Binary long division for polynomials in CRC computation

Question

I am trying to learn binary long division, and I am confused. An example in my book gives that $10011010000/1101 = 11111001$ plus a remainder of $101$, which doesn't make sense, since $1001$ is not divisible by $1101$, and so the first digit should be $0$. When I use an online calculator, it gives me a result of $01011110$, which makes more sense. Could anybody enlighten me, please?

To add some context, this is the polynomial long division involved in CRC computation. Maybe the numbers, which represent the coefficients of polynomials, aren't supposed to be converted to decimal? The number being divided had already been extended by the degree of the divisor.

Answer 1

the vonbrand answer is slightly off. This is the correct operations in GF(2) -

        11111001
    ------------
1101(10011010000
     1101
     ----
      1001
      1101
      ----
       1000
       1101
       ----
        1011
        1101
        ----
         1100
         1101
         ----
            1000
            1101
            ----
             101

In GF(2) X^10+X^7+X^6+X^4 MOD (X^3+X^2+1) = X^2+1

Therefor your text book's answer is correct.

Answer 2

If it is polynomials, you can't transform to decimal. What you have is: $$ x^{10} + x^7 + x^6 + x^4 / x^3 + x^2 + 1 $$ The coefficients are in $\mathbb{Z}_2$ (they are 0 or 1, and $1 \cdot 1 = 1$, $1 + 1 = 0$). Do the polynomial long division.

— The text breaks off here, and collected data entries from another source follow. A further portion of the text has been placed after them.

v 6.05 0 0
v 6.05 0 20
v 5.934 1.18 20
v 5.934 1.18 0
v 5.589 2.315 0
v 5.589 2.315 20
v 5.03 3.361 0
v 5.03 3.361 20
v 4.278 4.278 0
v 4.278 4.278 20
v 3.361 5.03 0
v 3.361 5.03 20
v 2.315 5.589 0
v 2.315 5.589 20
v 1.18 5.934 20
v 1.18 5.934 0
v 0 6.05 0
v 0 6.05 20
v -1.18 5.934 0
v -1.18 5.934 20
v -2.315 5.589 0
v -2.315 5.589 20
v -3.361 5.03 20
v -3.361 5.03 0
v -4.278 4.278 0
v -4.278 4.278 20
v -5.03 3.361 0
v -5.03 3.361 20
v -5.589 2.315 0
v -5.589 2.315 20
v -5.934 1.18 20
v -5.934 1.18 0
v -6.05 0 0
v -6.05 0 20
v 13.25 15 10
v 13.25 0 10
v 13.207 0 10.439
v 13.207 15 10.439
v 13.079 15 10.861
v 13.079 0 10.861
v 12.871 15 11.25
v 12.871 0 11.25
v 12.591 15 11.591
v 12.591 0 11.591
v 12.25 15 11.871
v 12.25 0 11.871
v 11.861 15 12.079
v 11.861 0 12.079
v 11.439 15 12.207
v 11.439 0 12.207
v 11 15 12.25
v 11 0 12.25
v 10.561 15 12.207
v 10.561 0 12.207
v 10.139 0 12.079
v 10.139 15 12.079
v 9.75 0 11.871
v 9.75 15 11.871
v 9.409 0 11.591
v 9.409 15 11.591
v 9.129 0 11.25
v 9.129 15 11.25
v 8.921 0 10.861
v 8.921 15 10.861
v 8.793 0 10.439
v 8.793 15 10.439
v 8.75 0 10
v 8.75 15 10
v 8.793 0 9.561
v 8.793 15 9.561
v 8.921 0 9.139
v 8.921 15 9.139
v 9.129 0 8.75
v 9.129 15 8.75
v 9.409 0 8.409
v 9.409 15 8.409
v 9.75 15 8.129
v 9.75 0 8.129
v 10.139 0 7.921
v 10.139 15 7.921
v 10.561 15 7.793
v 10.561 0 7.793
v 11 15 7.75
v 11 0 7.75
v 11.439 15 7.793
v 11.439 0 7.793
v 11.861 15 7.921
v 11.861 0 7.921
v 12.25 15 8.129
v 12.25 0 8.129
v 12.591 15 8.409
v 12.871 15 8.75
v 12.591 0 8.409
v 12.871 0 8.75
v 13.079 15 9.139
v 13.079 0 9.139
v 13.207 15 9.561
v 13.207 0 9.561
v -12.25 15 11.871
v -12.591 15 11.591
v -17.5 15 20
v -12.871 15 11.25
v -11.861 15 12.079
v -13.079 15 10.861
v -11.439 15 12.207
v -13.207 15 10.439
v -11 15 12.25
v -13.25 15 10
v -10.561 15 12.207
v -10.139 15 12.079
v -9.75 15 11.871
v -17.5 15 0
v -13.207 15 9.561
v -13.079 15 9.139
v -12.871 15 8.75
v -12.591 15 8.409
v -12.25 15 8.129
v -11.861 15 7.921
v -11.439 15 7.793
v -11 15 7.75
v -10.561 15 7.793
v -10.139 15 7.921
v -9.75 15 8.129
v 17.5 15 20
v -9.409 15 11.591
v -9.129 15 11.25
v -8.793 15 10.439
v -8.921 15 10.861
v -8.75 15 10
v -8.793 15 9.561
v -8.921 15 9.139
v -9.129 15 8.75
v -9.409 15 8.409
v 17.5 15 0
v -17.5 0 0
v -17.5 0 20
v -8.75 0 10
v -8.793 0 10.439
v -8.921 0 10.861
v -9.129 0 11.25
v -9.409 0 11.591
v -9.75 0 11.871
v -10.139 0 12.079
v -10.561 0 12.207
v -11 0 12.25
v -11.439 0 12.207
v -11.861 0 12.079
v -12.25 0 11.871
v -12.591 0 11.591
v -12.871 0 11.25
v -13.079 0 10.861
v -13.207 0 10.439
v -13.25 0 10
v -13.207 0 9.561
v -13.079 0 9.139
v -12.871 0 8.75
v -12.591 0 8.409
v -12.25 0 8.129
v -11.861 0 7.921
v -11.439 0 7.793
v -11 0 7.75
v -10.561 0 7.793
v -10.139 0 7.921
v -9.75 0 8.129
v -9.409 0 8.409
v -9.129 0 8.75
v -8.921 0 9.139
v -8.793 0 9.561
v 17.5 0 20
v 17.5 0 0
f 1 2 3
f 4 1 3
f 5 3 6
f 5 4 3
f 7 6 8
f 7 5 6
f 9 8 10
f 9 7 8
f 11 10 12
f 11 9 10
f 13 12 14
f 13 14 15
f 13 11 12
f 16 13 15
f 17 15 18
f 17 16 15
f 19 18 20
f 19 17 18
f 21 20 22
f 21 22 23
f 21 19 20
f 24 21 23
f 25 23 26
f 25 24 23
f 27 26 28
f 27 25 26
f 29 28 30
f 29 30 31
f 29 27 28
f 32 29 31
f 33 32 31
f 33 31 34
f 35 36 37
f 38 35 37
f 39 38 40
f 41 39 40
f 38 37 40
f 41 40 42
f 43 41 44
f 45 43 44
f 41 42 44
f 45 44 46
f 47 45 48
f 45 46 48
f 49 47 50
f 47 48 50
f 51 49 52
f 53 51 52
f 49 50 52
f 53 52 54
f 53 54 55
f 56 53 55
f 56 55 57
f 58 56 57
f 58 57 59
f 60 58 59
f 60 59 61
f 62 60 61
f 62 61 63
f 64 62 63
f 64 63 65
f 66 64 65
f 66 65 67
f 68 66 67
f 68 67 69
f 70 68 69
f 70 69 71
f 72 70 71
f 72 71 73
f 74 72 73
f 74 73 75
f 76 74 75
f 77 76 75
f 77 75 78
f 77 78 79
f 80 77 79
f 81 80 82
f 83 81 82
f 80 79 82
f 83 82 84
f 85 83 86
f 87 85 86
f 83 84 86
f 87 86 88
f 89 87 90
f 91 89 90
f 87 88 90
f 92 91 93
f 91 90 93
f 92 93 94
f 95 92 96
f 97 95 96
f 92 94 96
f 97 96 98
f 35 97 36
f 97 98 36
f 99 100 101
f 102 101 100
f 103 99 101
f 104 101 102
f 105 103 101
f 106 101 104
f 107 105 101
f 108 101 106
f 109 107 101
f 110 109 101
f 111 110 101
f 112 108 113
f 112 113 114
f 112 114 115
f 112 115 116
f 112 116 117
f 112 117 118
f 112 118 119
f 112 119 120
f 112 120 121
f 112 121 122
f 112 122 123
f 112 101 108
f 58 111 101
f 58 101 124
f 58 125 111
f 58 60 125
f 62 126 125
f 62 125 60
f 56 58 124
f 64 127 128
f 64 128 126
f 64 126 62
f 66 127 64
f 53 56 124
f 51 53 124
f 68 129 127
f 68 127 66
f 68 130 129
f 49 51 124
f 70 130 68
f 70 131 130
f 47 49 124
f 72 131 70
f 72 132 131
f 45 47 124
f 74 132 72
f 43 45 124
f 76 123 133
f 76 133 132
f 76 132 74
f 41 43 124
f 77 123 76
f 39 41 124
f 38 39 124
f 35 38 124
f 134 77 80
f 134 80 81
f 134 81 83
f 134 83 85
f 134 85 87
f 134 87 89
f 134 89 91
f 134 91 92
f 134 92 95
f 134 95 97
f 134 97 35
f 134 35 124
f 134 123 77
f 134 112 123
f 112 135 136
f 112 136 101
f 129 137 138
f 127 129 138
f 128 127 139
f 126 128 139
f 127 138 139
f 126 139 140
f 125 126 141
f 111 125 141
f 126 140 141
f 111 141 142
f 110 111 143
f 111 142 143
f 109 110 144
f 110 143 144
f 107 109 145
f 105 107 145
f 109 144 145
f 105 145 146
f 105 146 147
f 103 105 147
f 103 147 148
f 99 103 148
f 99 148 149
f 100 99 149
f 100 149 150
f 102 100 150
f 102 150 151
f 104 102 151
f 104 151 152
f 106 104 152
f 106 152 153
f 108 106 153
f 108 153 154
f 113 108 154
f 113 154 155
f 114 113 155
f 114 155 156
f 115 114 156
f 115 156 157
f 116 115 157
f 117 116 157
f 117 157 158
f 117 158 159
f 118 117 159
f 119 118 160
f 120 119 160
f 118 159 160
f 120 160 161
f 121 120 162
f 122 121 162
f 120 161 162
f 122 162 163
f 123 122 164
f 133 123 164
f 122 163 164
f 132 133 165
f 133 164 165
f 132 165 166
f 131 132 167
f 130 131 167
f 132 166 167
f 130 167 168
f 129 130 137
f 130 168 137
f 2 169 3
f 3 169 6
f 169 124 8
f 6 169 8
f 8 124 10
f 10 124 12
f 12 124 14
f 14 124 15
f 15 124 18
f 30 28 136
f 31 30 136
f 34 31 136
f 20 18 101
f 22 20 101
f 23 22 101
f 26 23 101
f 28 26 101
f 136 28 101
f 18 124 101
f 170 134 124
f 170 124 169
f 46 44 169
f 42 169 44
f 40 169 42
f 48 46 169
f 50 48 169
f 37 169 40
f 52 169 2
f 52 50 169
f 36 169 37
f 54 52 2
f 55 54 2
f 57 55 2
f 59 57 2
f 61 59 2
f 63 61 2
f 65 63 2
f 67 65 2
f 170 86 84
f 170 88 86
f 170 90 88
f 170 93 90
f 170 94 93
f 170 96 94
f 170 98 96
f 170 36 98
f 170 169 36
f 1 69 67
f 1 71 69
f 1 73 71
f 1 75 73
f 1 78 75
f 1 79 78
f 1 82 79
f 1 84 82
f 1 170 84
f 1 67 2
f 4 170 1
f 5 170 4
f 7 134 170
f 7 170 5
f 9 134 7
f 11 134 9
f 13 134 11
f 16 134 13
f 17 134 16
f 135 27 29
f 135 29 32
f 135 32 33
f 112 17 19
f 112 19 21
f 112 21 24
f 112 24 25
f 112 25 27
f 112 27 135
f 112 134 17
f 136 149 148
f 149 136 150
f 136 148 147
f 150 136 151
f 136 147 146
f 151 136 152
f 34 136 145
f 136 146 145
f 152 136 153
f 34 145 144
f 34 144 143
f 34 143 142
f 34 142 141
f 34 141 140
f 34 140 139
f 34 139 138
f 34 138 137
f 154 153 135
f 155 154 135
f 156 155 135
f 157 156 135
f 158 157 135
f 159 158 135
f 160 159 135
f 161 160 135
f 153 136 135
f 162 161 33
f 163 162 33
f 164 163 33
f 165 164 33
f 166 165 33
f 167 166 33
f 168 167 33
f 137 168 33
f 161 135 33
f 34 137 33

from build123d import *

# Parameters (mm, degrees)
PAD_DEPTH    = 20
SKETCH001_R  = 2.25
POCKET_DEPTH = 15.001


with BuildPart() as part:
    # Sketch → Pad (new body)
    with BuildSketch(Plane.XY):
        with BuildLine():
            Line((-17.5, 15), (17.5, 15))
            Line((17.5, 15), (17.5, 0))
            Line((17.5, 0), (6.05, 0))
            ThreePointArc((6.05, 0), (0, 6.05), (-6.05, 0))
            Line((-17.5, 0), (-6.05, 0))
            Line((-17.5, 0), (-17.5, 15))
        make_face()
    extrude(amount=PAD_DEPTH)

    # Sketch001 → Pocket (cut, through all)
    with BuildSketch(Plane.XZ):
        with Locations((-11, 10)):
            Circle(SKETCH001_R)
        with Locations((11, 10)):
            Circle(SKETCH001_R)
    extrude(amount=-POCKET_DEPTH, mode=Mode.SUBTRACT)


solid = part.part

Or work similar to what you would do when dividing integers, sliding the divisor against the dividend. Just that it is much simpler: Next bit is the first bit of what comes next, and in $\mathbb{Z}_2$ addition is substraction (and is the XOR operation for bitwise operations e.g. in C).

 10011010000/1101 = 111001
-1101
 -----
  1001
 -1101
  -----
   1000
  -1101
   -----
    1010
   -0000
    -----
     0100
    -0000
     -----
      1000
     -1101
      -----
       101

Thus the quotient is 111001 (i.e., $x^5 + x^4 + x^3 + 1$) with remainder 101 (i.e., $x^2 + 1$).

Answer 3

here is an online python3 sample for printing the long division.

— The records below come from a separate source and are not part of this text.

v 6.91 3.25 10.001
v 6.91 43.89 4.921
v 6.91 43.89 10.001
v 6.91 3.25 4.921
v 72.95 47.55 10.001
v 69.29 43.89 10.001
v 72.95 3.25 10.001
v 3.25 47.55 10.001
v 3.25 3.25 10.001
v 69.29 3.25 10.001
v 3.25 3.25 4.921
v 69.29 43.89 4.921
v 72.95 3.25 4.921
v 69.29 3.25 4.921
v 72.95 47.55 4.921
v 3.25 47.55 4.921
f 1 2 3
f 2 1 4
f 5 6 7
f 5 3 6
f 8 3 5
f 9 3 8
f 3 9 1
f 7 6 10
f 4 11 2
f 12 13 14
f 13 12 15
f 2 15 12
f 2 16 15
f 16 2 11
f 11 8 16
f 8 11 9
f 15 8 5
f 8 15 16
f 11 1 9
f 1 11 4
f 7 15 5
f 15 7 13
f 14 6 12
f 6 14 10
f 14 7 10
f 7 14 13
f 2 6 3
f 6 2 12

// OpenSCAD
foot = 25.4 / 5.0; // mm per foot
mm = 1.0; // mm per mm

epsilon = 0.001;


tank_width = 2 * foot;

wall_width = 3;

tank = [15 * foot, 10 * foot, 10 * mm]; // total footprint

module tank_model() {
  cube([tank_width, tank.y, tank.z]);
  translate([tank.x - tank_width, 0, 0])
    cube([tank_width, tank.y, tank.z]);
  translate([0, tank.y - tank_width, 0])
    cube([tank.x, tank_width, tank.z]);
}


jelly_width = tank_width - 2 * wall_width;
jelly_depth = 1 * foot;


module jelly_model(tolerance=0.5) {
  translate([wall_width+tolerance/2, wall_width+tolerance/2, 0])
    cube([jelly_width - tolerance, tank.y - 2 * wall_width - tolerance, jelly_depth]);
  translate([tank.x - tank_width + wall_width+tolerance/2, wall_width+tolerance/2, 0])
    cube([jelly_width - tolerance, tank.y - 2 * wall_width - tolerance, jelly_depth]);
  translate([wall_width+tolerance/2, tank.y - tank_width + wall_width + tolerance/2, 0])
    cube([tank.x - 2 * wall_width - tolerance, jelly_width - tolerance, jelly_depth]);
}


torender = "assembly";

module render(what) {
  if (what == "assembly") {
    % tank_model();
    translate([0,0,tank.z  - jelly_depth + epsilon])
      jelly_model();
  } else if (what == "tank") {
    difference () {
      tank_model();
      translate([0,0,tank.z  - jelly_depth + epsilon])
        jelly_model(tolerance=0);
    }
  } else if (what == "jelly") {
    jelly_model();
  }
}

render(torender);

def bitstring(x):  return bin(x)[2:]
def printlongdiv(lhs, rhs):
    rem = lhs
    div = rhs
    origlen = len(bitstring(div))

    # first shift left until the leftmost bits line up.
    count = 1
    while (div | rem) > 2*div:
        div <<= 1
        count += 1

    # now keep dividing until we are back where we started.
    quot = 0
    while count>0:
        quot <<= 1
        count -= 1
        print("%14s" % bitstring(rem))
        divstr = bitstring(div)
        if (rem ^ div) < rem:
            quot |= 1
            rem ^= div

            print(1, " " * (11-len(divstr)), divstr[:origlen])
        else:
            print(0, " " * (11-len(divstr)), "0" * origlen)
        print(" " * (13-len(divstr)), "-" * origlen)
        div >>= 1
    print("%14s <<< remainder" % bitstring(rem))
    print(" -> %10s <<< quotient" % bitstring(quot))

printlongdiv(0x4d0, 13)

Answer 4

$1232 = 94 * 13 + 10$

$10011010000 = 1011110 * 1101 + 1010$

The example is wrong and your online calculator is calculating correctly.